Symarip (also known at various stages of their career as The Bees, The Pyramids, Seven Letters and Zubaba) were a British ska and reggae band, originating in the late 1960s, when Frank Pitter and Michael Thomas founded the band as The Bees. The band's name was originally spelled Simaryp, which is an approximate reversal of the word pyramids. Consisting of members of West Indian descent, Simaryp is widely marked as one of the first skinhead reggae bands, being one of the first to target skinheads as an audience. Their hits included "Skinhead Girl", "Skinhead Jamboree" and "Skinhead Moonstomp", the latter based on the Derrick Morgan song, "Moon Hop".

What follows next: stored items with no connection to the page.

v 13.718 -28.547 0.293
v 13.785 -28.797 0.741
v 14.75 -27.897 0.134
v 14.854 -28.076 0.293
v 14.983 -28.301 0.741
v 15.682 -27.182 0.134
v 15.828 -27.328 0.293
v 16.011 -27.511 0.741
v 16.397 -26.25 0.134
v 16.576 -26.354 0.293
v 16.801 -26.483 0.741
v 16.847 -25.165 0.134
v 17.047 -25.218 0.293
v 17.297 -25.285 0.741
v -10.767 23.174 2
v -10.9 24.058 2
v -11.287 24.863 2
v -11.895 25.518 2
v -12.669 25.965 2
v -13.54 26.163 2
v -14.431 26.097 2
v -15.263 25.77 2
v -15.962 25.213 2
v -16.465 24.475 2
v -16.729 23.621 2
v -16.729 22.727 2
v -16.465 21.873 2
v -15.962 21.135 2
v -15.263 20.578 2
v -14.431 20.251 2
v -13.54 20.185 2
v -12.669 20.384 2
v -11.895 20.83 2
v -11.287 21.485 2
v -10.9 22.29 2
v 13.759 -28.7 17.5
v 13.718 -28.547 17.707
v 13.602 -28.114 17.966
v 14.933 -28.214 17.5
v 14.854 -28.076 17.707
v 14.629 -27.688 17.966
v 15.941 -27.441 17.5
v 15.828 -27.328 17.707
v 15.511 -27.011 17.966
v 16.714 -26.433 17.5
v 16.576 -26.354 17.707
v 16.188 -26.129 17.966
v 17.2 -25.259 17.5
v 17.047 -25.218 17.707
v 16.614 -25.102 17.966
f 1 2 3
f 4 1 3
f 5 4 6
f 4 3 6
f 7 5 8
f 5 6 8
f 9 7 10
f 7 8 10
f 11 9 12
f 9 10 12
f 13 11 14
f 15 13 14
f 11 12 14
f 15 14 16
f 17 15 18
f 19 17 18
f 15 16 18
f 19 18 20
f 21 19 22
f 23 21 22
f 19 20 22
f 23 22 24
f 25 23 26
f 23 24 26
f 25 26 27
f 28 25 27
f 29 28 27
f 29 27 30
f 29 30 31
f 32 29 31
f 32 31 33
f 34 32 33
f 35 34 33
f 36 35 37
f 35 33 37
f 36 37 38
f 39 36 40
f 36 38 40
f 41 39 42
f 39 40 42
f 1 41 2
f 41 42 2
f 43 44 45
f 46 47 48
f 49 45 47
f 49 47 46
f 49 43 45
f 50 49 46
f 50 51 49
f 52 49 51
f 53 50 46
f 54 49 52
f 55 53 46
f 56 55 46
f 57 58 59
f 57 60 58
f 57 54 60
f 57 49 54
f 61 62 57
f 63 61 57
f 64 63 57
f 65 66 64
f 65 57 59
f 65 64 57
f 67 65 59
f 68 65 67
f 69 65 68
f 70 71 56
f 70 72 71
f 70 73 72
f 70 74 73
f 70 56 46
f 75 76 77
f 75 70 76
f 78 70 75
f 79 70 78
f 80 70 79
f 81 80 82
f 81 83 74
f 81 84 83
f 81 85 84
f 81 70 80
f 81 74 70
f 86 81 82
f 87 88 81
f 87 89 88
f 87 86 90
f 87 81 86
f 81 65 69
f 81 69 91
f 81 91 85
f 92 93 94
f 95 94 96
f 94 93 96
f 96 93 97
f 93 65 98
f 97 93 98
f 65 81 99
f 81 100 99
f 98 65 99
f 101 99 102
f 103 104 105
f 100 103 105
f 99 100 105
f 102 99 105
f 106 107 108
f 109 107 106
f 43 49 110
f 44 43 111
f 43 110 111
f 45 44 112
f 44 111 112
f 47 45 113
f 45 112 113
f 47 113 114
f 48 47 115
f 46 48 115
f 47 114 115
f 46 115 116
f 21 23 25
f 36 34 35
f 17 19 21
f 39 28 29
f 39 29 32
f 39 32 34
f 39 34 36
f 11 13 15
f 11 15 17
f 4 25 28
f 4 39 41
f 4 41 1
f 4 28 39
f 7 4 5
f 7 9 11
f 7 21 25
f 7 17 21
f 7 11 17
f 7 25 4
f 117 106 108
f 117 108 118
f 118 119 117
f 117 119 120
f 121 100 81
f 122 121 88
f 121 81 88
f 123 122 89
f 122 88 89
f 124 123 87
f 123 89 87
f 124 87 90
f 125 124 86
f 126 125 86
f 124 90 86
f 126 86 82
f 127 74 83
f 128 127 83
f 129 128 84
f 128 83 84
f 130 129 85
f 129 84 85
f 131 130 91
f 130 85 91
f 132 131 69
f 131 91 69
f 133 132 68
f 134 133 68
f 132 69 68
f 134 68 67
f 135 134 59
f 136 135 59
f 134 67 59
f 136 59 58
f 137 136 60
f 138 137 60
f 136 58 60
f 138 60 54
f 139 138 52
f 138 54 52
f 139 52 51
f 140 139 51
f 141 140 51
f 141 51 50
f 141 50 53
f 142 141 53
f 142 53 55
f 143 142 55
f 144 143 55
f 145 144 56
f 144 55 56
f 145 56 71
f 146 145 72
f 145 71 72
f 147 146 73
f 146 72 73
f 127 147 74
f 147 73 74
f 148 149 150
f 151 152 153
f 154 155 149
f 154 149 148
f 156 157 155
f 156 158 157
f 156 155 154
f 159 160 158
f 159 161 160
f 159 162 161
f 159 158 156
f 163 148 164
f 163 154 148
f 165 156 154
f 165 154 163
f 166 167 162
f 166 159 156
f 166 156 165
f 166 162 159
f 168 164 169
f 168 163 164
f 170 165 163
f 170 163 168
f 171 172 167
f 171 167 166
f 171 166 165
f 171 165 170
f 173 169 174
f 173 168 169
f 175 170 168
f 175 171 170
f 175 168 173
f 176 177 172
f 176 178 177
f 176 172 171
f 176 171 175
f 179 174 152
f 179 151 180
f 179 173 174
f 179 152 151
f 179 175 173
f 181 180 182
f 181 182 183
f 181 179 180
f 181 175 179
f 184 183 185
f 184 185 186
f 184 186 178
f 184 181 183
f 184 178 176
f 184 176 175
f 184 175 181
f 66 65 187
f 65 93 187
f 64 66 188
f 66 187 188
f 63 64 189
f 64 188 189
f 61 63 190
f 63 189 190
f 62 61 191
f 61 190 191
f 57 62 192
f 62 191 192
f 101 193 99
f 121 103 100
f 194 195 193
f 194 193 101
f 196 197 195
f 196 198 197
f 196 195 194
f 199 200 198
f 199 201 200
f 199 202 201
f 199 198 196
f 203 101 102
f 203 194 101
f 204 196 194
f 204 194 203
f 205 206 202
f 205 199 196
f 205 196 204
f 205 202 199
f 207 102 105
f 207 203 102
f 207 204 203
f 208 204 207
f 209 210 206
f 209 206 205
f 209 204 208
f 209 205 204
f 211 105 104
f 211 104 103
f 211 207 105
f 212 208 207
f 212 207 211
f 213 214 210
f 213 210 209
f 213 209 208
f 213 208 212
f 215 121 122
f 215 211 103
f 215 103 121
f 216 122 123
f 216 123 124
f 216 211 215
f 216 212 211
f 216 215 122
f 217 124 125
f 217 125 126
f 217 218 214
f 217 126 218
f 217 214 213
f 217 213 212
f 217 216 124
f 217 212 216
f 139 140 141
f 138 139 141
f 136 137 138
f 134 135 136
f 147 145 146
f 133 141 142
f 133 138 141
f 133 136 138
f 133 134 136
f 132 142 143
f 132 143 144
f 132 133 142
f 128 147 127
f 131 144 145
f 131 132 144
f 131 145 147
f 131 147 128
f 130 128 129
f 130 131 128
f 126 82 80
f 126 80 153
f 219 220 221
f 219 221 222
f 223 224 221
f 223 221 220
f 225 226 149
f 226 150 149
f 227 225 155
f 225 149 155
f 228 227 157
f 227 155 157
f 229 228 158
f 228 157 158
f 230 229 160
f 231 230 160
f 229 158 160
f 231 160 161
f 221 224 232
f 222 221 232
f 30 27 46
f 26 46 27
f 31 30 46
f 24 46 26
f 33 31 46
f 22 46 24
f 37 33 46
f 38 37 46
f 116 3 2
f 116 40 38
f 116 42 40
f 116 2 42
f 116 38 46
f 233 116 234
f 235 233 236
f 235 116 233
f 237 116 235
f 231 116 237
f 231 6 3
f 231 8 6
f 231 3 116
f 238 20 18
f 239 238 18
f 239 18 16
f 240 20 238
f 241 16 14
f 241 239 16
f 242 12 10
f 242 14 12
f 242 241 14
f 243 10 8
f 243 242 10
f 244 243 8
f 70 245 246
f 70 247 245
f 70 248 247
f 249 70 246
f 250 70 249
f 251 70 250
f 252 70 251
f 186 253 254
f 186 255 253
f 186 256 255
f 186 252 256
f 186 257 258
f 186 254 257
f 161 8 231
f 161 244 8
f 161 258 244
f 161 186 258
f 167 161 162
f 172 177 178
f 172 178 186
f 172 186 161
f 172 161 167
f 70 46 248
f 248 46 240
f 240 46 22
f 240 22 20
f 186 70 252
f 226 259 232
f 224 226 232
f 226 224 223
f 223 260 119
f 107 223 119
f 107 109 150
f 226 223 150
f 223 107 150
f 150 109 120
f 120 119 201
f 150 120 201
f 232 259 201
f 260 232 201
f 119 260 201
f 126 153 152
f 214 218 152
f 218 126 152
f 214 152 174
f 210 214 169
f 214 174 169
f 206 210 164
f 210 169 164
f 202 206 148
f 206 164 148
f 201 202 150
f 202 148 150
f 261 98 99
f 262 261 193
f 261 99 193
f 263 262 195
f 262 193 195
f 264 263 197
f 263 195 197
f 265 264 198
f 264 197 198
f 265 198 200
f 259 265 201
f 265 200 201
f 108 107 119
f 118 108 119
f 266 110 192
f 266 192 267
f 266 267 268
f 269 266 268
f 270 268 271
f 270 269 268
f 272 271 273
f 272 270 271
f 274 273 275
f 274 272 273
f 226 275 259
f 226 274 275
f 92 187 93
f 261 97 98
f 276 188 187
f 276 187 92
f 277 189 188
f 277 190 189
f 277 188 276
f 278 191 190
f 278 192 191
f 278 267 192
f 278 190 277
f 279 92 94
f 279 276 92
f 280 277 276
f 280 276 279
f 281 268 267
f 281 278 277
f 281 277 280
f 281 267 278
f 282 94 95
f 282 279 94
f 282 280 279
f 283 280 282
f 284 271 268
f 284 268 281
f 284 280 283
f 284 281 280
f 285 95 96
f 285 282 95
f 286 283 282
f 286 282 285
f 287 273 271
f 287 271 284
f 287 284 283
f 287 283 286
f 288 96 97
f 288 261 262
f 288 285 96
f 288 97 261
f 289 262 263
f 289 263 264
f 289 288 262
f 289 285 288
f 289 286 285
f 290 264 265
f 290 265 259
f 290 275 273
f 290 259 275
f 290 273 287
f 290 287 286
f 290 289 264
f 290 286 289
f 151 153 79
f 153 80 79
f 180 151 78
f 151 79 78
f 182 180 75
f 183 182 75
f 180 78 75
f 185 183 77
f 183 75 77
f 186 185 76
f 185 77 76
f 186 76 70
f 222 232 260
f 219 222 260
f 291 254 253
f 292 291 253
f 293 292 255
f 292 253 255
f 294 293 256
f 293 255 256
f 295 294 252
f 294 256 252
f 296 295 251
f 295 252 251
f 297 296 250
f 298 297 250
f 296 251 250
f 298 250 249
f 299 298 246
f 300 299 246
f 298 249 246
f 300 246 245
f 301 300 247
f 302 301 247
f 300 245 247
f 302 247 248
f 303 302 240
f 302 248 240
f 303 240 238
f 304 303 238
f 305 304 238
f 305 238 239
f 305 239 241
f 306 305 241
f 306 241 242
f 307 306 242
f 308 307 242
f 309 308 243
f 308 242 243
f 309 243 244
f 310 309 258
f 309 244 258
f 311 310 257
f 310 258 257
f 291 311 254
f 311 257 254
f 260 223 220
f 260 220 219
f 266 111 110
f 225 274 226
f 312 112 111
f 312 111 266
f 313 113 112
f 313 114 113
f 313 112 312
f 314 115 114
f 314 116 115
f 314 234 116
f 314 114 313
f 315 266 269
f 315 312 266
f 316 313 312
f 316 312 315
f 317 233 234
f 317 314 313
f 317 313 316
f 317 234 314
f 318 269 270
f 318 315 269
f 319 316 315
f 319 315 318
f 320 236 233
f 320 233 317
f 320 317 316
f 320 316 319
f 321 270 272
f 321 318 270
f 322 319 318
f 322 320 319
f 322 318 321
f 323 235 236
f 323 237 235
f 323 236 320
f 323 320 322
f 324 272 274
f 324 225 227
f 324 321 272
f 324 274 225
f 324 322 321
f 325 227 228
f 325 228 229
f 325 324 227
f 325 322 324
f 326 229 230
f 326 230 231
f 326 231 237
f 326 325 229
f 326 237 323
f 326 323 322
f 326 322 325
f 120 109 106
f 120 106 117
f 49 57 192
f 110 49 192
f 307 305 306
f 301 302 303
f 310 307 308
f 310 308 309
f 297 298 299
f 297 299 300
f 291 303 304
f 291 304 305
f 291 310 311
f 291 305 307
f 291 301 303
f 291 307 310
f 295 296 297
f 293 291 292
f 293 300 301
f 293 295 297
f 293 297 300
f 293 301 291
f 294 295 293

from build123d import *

They moved to Germany in 1971, performing reggae and Afro-rock under the name Zubaba. In 1980, the single "Skinhead Moonstomp" was re-issued in the wake of the 2 Tone craze, hitting No. 54 on the UK Singles Chart. The band officially split in 1985 after releasing the album Drunk & Disorderly as The Pyramids. The album was released by Ariola Records and was produced by Stevie B.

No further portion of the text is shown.